SUPPLIED MATERIAL.
*** Begin section ***

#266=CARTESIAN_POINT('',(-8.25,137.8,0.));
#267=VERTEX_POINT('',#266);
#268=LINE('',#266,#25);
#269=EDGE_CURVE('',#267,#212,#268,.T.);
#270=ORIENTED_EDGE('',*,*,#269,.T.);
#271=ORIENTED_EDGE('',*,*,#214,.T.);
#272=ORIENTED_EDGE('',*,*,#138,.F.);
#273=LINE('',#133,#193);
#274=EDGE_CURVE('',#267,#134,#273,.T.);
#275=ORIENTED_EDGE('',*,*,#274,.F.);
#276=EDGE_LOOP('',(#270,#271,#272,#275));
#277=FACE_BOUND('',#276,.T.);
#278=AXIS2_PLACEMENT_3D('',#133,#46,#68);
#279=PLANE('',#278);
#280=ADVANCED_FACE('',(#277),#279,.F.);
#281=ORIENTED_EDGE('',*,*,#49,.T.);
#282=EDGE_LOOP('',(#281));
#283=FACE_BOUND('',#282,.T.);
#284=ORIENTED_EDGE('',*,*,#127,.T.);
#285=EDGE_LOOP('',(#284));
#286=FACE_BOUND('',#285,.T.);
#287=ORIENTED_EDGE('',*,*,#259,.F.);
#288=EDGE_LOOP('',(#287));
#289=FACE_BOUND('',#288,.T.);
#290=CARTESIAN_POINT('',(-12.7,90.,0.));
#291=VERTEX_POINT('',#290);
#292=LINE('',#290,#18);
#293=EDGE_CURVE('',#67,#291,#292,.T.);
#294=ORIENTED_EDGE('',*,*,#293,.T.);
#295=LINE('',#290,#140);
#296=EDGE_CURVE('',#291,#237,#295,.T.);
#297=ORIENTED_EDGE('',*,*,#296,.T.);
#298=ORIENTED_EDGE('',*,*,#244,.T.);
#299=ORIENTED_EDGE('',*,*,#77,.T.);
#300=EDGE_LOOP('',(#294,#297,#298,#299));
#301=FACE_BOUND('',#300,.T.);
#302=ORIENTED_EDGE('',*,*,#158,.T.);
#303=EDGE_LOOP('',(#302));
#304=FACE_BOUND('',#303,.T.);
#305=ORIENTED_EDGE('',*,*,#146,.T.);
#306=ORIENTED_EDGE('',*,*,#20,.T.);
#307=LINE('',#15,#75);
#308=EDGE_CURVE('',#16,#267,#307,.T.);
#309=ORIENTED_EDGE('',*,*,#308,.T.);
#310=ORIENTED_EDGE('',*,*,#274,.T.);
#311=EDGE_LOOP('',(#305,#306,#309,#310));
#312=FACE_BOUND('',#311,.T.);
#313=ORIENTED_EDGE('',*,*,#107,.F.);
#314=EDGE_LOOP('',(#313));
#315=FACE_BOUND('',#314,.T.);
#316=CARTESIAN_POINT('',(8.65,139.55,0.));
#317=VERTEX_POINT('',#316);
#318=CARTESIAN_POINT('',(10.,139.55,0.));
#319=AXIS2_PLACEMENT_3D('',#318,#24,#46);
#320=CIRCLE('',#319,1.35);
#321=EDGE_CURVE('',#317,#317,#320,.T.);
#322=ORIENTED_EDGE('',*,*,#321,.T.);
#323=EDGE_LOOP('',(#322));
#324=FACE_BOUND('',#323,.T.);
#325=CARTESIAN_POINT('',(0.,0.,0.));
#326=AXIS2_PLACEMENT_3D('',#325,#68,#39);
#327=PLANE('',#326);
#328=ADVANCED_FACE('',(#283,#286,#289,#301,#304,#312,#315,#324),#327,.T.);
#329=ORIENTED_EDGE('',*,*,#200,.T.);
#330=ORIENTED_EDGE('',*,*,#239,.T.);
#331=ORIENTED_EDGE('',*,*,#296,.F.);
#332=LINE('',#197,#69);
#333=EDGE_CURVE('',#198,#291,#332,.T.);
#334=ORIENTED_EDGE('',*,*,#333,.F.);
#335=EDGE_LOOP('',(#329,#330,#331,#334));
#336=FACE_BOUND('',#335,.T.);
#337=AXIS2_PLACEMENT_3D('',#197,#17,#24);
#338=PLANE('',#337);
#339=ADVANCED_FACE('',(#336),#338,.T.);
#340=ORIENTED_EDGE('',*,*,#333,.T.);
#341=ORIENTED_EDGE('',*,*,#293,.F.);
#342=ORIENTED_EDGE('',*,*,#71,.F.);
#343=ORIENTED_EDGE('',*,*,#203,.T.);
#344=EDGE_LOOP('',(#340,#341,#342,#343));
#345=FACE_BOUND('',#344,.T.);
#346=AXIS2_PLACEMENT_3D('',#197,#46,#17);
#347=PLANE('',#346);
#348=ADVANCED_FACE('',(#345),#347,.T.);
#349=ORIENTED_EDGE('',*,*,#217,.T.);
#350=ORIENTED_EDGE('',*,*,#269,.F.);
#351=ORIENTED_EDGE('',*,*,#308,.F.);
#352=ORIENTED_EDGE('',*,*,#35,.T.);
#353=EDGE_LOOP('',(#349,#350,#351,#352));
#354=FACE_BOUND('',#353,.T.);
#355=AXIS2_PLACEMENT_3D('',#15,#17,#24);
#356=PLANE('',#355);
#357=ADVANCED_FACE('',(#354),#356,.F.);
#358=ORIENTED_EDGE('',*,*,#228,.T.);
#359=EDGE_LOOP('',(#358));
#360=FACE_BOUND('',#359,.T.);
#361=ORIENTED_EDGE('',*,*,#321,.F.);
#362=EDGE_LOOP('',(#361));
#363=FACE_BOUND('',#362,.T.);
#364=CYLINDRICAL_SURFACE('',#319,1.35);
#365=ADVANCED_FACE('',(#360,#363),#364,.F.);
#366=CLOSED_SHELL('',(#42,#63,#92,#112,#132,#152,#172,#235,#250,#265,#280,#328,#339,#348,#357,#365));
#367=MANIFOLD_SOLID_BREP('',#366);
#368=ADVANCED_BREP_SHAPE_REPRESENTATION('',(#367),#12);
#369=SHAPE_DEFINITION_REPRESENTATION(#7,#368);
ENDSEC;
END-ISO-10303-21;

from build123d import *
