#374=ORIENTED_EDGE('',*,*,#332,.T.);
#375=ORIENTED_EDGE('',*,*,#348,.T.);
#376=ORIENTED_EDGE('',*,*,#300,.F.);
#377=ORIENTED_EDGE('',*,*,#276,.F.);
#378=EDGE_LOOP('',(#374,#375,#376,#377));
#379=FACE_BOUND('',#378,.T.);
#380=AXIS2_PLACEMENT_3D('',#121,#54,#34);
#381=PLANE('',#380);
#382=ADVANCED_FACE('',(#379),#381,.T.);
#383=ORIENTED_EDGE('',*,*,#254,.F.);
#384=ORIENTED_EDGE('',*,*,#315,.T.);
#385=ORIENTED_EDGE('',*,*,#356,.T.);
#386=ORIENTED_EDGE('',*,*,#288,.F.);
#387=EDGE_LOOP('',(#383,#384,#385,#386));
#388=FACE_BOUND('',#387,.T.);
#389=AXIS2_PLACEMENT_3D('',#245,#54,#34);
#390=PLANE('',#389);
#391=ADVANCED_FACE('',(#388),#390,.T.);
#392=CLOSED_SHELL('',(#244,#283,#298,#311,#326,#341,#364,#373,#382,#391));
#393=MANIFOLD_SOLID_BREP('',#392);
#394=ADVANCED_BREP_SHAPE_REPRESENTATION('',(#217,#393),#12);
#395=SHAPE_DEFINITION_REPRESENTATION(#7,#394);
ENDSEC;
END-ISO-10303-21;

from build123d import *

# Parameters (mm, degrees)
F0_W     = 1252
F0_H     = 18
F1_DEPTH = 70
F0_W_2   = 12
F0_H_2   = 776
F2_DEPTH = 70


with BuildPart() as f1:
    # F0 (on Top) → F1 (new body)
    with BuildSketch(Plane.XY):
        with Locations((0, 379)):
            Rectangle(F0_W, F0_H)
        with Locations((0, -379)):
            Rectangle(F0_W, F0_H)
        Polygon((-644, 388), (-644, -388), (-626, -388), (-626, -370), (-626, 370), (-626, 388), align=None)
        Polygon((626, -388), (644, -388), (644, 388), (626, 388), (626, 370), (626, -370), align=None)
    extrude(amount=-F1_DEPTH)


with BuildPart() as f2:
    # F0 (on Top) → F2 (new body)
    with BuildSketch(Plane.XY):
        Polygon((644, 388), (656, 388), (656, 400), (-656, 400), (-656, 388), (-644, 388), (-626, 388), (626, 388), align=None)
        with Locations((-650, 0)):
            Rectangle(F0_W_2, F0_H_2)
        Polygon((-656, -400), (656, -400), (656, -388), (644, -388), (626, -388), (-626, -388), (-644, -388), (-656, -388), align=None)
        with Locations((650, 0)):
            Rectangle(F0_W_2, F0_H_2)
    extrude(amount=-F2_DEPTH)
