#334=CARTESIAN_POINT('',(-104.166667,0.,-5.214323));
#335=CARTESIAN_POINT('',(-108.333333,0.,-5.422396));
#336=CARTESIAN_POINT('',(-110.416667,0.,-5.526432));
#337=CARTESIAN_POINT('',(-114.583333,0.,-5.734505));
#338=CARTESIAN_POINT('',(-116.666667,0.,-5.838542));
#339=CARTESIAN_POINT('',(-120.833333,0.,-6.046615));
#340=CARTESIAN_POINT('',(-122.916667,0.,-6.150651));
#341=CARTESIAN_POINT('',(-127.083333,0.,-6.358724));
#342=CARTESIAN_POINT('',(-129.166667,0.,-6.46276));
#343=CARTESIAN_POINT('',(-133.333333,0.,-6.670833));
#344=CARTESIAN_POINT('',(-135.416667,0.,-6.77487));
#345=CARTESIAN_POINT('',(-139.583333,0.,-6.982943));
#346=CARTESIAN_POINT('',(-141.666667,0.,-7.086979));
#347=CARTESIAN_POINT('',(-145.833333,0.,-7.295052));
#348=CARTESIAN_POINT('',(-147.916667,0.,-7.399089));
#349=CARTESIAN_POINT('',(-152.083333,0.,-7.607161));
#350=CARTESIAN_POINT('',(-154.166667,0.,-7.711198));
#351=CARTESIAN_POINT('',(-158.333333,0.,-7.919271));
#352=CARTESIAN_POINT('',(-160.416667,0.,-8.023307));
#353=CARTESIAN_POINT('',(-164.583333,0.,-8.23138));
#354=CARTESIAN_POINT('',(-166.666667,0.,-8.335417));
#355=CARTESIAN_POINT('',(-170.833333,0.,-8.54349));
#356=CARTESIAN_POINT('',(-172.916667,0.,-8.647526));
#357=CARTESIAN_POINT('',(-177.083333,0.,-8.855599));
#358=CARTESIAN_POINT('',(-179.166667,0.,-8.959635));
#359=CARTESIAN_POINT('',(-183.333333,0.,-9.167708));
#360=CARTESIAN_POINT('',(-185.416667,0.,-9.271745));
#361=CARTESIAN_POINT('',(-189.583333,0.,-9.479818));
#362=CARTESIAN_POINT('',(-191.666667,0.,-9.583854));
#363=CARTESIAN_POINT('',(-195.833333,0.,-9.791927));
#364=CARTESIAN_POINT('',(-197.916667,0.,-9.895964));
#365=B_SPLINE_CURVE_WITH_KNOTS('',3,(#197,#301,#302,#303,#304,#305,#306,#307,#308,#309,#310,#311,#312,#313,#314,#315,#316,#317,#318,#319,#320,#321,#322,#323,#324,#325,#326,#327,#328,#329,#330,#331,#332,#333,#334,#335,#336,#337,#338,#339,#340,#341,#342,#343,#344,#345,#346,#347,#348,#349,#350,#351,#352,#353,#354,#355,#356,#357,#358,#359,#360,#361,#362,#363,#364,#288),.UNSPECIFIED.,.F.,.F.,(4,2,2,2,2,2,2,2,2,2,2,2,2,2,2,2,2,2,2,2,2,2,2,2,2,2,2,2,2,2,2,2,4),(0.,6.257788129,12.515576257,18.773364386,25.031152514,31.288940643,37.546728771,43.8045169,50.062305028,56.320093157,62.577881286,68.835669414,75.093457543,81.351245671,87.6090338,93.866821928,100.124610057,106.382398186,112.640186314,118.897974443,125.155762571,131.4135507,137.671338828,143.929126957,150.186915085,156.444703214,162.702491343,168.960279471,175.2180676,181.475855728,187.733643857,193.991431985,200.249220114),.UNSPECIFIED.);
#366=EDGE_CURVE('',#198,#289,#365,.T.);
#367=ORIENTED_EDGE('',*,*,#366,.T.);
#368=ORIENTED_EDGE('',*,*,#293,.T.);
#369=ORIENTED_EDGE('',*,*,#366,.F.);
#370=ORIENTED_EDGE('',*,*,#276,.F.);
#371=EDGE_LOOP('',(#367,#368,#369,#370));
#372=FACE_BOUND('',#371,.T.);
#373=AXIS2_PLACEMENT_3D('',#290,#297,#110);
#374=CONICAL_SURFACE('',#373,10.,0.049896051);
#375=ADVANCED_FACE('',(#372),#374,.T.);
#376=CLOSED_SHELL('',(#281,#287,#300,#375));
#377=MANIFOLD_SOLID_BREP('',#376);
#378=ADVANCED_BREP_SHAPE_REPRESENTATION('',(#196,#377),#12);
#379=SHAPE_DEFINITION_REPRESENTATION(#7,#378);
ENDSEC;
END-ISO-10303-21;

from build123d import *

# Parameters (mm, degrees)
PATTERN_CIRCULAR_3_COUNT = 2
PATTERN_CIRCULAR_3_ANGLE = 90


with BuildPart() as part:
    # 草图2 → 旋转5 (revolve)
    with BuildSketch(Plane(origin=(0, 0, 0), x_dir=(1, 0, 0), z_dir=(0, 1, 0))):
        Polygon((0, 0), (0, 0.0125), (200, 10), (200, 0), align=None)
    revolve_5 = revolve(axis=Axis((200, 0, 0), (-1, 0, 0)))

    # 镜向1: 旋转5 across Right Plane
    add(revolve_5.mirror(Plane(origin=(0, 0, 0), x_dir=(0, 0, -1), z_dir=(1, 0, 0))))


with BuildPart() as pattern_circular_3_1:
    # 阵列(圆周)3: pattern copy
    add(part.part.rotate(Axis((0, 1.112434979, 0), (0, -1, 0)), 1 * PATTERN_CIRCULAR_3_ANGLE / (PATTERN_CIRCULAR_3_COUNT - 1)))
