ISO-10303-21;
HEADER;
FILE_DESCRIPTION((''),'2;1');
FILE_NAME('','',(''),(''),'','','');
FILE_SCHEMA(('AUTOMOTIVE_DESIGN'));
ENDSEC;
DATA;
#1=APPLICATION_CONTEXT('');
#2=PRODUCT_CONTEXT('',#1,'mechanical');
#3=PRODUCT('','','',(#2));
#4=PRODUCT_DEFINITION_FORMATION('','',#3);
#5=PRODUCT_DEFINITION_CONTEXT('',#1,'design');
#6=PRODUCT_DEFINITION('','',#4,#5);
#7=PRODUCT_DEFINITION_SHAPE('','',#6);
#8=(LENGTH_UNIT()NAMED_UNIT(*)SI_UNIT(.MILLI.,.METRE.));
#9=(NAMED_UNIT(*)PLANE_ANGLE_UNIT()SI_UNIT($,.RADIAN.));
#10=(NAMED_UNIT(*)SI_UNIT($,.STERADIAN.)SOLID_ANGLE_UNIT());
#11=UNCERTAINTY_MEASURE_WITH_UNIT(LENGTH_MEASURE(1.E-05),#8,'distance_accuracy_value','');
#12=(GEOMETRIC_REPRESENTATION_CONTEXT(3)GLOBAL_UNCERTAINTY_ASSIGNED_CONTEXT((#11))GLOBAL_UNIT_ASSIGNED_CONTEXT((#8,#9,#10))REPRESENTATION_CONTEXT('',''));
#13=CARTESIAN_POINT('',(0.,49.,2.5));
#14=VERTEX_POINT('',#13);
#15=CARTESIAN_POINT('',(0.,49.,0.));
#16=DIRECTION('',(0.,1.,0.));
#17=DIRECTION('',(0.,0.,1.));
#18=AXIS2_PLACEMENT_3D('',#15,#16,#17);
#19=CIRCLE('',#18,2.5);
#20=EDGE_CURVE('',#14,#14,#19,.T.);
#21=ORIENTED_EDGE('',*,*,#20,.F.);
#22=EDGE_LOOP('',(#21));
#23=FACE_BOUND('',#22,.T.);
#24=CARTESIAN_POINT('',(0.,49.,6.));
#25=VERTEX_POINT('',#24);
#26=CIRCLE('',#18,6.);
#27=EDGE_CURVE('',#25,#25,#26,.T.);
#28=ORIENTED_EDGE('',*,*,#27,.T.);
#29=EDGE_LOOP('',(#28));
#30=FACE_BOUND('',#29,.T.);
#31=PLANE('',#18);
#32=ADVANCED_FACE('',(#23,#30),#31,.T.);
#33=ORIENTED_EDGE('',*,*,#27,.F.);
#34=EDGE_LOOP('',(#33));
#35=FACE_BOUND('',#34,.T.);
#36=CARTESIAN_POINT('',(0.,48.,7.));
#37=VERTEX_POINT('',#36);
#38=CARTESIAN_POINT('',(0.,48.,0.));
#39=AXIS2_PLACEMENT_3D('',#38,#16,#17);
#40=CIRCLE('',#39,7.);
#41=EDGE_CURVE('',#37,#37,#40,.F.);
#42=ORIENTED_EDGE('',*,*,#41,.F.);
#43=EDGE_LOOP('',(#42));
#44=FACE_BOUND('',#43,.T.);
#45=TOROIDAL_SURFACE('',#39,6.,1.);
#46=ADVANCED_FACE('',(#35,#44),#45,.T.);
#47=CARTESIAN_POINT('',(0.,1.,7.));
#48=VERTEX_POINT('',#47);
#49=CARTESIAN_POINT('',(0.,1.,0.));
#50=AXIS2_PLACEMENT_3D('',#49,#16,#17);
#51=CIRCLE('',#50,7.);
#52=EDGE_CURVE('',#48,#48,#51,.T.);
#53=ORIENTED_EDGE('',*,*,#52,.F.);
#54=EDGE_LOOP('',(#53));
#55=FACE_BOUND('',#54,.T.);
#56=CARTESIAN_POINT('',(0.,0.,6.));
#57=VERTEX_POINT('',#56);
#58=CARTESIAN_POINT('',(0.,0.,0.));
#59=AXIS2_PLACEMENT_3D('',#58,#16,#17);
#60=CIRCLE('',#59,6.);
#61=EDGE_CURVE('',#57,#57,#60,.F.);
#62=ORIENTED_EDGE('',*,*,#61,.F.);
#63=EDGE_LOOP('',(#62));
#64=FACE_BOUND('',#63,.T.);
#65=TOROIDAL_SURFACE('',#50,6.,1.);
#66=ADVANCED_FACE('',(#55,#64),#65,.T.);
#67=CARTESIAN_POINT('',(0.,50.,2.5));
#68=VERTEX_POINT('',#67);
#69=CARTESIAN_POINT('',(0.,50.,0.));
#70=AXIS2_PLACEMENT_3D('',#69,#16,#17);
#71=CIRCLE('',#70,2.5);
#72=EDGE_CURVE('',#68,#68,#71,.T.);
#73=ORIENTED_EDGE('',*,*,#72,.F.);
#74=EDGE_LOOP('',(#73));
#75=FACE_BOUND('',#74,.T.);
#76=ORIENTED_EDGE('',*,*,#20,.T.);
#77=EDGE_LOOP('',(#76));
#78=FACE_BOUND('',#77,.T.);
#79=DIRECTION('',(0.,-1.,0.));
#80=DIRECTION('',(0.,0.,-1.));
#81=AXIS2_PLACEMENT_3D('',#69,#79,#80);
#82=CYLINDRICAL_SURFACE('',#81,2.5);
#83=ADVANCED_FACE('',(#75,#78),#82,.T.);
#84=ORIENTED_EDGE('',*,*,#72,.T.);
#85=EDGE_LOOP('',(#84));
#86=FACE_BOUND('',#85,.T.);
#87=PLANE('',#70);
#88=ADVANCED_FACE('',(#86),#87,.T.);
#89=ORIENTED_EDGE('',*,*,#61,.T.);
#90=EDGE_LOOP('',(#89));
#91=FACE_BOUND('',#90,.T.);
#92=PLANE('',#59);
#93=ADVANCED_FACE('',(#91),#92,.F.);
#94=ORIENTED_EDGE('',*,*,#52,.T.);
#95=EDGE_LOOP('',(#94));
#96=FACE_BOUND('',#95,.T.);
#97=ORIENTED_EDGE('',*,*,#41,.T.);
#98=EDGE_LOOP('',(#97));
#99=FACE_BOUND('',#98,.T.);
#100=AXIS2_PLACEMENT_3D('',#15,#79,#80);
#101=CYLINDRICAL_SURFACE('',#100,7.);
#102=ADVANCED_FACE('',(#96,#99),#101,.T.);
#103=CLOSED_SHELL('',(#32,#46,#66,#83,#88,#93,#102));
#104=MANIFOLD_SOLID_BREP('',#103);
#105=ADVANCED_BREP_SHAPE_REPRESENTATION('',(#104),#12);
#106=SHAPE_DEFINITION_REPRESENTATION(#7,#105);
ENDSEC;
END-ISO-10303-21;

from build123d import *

# Parameters (mm, degrees)
SKETCH_1_R      = 7
EXTRUDE_1_DEPTH = 49
SKETCH_2_R      = 2.5
EXTRUDE_2_DEPTH = 1
FILLET_1_R      = 1


with BuildPart() as part:
    # 草图1 → 凸台-拉伸1 (new body)
    with BuildSketch(Plane(origin=(0, 0, 0), x_dir=(1, 0, 0), z_dir=(0, 1, 0))):
        with Locations(Location((0, 0, 0), (0, 0, 270))):
            Circle(SKETCH_1_R)
    extrude(amount=EXTRUDE_1_DEPTH)

    # 草图2 → 凸台-拉伸2 (add)
    with BuildSketch(Plane(origin=(0, 49, 0), x_dir=(1, 0, 0), z_dir=(0, 1, 0))):
        with Locations(Location((0, 0, 0), (0, 0, 270))):
            Circle(SKETCH_2_R)
    extrude(amount=EXTRUDE_2_DEPTH)

    # 圆角1
    fillet_1_edges = [part.edges().sort_by_distance(p)[0] for p in [
        (0, 0, -7),
        (0, 49, -7),
    ]]
    fillet(fillet_1_edges, radius=FILLET_1_R)


solid = part.part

*** End section ***

GOAL OF THE EXERCISE. Please repeat word for word the lines above that run from the beginning through the line containing "#279=PLANE('',#278);", keeping both the first and that last line.

TASK RESULT.
#266=CARTESIAN_POINT('',(-8.25,137.8,0.));
#267=VERTEX_POINT('',#266);
#268=LINE('',#266,#25);
#269=EDGE_CURVE('',#267,#212,#268,.T.);
#270=ORIENTED_EDGE('',*,*,#269,.T.);
#271=ORIENTED_EDGE('',*,*,#214,.T.);
#272=ORIENTED_EDGE('',*,*,#138,.F.);
#273=LINE('',#133,#193);
#274=EDGE_CURVE('',#267,#134,#273,.T.);
#275=ORIENTED_EDGE('',*,*,#274,.F.);
#276=EDGE_LOOP('',(#270,#271,#272,#275));
#277=FACE_BOUND('',#276,.T.);
#278=AXIS2_PLACEMENT_3D('',#133,#46,#68);
#279=PLANE('',#278);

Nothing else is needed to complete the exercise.